Great that you've been able to supply us with this..
seems to point to a window manager specific behavior.

How it's manifesting I'm not exactly sure, but I could imagine that
during app resizing (which the window manager handles), the wm could
either be disabling double buffering during the resize/redraw operations,
or perhaps it's drawing a rectangle of the window in single buffer mode
over the app, then the app is drawing back over that, causing the flicker.

One thing to check too; perhaps the window manager specs have changed
in interesting ways where perhaps FLTK is being sent hints from the
window manager that we should respond to and are perhaps not. Like I
could maybe see how there might be an event that requests from FLTK
if the app is double buffered or single buffered so that the window
manager could handle resizing in some special way that helps it avoid
artifacts.. and because we're not responding to that, it's defaulting
to behavior that simply 'looks wrong'.

This is all just guessing on my part, I have no idea what might be
the problem. I guess it would help if I could see the effect, as there
might be something about the artifact that gives away the behavior.
For instance, if the 'flicker' is where the entire window changes
to white or gray briefly, then back to the app's content, which might
indicate the wm drawing a rectangle over the window area before the
app can redraw itself.

Hopefully some of our other devs can chime in that knows more about this.
I'm just acting as 'tier 1 support' here ;)

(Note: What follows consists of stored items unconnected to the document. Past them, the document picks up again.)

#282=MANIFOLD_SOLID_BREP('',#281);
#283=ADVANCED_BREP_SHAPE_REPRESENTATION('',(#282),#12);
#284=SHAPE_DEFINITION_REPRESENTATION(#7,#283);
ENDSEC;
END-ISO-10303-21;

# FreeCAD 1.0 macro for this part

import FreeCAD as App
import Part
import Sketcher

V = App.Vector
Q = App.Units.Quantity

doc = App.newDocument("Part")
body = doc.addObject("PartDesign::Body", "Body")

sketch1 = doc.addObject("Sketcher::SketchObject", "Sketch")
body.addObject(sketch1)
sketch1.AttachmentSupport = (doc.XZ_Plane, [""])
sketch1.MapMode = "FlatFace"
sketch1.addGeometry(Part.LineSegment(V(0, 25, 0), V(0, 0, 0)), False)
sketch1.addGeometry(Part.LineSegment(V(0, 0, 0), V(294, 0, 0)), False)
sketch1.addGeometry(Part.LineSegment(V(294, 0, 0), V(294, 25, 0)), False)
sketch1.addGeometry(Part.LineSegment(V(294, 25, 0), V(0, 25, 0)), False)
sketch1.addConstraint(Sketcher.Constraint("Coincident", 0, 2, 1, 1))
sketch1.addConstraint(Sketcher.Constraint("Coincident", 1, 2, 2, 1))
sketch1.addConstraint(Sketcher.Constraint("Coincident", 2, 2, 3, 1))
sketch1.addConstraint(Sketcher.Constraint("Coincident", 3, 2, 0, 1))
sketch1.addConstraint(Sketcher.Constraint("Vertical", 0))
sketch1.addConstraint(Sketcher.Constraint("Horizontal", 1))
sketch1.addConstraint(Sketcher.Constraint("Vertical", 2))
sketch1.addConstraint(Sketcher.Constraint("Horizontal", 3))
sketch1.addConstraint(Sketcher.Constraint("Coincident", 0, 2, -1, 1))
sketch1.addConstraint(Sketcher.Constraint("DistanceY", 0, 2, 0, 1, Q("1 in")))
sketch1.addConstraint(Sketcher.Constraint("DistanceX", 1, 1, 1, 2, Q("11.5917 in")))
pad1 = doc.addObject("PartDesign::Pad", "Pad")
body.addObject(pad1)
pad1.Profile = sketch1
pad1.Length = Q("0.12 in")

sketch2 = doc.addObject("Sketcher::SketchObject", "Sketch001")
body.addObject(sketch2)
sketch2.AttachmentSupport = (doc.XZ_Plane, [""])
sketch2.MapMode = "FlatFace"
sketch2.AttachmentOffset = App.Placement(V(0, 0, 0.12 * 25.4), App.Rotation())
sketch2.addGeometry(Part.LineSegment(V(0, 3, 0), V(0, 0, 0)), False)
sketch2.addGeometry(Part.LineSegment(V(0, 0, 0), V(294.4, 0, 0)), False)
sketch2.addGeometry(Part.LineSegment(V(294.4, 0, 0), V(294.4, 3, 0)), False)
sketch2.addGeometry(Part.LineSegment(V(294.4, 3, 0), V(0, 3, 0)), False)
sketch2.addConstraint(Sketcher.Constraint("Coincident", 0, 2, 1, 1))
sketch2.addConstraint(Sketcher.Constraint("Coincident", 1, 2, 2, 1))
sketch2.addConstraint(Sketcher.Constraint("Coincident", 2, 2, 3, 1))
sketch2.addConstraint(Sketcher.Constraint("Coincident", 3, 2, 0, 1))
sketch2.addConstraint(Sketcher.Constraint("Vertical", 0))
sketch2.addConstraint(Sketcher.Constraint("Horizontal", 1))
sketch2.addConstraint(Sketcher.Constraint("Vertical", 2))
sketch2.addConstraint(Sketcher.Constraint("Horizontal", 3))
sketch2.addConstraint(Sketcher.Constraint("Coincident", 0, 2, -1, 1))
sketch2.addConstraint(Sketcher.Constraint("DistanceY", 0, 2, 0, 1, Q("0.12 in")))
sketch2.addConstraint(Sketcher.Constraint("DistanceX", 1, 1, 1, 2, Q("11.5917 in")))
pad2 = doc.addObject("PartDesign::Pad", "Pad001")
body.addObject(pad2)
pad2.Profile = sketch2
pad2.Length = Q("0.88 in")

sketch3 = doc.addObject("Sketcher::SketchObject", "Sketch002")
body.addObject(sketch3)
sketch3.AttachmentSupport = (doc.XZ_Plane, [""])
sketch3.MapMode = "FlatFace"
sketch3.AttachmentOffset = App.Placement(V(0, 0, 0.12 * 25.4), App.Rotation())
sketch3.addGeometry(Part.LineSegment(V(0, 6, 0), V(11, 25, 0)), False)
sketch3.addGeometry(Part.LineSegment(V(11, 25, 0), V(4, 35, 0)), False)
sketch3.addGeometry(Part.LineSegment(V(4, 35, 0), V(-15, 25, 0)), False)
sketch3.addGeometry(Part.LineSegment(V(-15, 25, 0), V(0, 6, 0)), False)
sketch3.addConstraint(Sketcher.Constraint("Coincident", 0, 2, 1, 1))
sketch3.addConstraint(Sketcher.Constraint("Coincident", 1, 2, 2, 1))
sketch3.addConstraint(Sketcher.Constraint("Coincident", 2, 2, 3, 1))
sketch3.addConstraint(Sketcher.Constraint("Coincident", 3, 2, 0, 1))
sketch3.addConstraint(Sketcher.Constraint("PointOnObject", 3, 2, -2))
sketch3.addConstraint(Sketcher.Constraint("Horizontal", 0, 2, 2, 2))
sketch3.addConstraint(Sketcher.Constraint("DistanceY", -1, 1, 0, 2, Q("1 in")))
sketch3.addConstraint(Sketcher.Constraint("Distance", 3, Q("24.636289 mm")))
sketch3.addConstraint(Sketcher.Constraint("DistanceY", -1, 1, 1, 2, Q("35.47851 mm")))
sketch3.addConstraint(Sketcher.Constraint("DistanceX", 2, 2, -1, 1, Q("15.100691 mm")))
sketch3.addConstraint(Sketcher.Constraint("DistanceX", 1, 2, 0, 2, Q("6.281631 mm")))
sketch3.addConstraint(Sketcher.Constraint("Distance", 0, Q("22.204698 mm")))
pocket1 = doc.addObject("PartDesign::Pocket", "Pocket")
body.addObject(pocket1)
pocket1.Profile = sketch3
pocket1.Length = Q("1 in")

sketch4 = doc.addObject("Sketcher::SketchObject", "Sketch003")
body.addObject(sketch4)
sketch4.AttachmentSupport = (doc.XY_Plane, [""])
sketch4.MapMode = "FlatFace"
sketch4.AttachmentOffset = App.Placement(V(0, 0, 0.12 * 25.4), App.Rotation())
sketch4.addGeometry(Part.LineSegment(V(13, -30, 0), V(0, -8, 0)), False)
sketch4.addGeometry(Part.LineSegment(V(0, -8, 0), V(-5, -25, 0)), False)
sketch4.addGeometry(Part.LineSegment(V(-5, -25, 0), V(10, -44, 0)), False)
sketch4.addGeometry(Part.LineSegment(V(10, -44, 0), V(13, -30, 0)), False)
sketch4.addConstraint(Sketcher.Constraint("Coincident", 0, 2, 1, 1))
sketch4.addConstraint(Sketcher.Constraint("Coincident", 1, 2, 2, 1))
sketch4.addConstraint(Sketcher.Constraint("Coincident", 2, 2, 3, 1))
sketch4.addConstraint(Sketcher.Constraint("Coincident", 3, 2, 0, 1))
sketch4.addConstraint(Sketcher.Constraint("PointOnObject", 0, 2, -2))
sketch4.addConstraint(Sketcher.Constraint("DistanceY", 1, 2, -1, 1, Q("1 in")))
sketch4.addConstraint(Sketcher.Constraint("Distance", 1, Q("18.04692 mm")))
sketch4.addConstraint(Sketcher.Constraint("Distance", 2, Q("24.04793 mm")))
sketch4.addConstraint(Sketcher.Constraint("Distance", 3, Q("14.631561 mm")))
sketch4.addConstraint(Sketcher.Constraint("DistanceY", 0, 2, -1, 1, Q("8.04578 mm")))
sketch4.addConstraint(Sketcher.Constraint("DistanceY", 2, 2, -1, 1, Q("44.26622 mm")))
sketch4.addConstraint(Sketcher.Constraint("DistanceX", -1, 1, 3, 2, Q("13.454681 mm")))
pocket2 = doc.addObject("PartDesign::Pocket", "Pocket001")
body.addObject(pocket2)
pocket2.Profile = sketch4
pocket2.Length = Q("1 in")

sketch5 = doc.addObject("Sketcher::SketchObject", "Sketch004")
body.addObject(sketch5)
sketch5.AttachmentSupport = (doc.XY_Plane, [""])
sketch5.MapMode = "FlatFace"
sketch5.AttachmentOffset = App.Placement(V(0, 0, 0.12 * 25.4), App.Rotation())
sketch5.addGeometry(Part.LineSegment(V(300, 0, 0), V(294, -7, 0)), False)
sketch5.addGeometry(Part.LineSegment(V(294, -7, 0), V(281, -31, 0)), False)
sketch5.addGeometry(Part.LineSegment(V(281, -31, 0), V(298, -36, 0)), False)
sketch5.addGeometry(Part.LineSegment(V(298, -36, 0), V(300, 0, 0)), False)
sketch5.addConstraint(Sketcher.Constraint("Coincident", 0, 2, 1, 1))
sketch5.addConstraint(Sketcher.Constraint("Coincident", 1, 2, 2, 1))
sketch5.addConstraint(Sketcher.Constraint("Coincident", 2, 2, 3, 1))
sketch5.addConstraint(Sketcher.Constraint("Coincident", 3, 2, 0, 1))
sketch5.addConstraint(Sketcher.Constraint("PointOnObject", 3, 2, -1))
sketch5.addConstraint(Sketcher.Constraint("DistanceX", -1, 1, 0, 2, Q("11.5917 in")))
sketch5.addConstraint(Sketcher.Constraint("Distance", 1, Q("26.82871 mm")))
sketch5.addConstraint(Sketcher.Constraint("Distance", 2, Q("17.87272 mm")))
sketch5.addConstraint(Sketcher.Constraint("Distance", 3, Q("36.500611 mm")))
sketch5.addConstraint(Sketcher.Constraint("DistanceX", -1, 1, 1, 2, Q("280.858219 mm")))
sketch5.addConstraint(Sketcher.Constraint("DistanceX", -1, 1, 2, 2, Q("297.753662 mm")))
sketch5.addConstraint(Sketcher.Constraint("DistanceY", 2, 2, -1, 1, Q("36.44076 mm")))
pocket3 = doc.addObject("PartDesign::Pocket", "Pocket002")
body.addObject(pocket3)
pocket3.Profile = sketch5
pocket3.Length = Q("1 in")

> It seems clear to me that it's a problem related to Xfce/Xfwm. I've
> tried to disable to Xfwm compositor, but no success.
> What else can I do to track down this problem?

Well, I could see trying to trace the X window operations.

I could also see trying to trace all window manager events going
in/out of FLTK, to see if maybe we're not handling something we
should be (such as some kind of request asking FLTK if the app
is in single buffer or double buffer mode.. that kind of thing)

I'd suggest looking at the FLTK code that handles window manager events,
and compare that to the Xfce code that generates events during resizing.

Also, checking into the latest window manager specs
(I think from opendesktop.org?) to see if there's anything new
that FLTK should be watching for; wm specs are constantly evolving.

> Note: In Xfce and E17, a FLTK window is, in some places like the alt-tab
> selector, labelled as "FLTK" instead of its title. Is this behaviour known?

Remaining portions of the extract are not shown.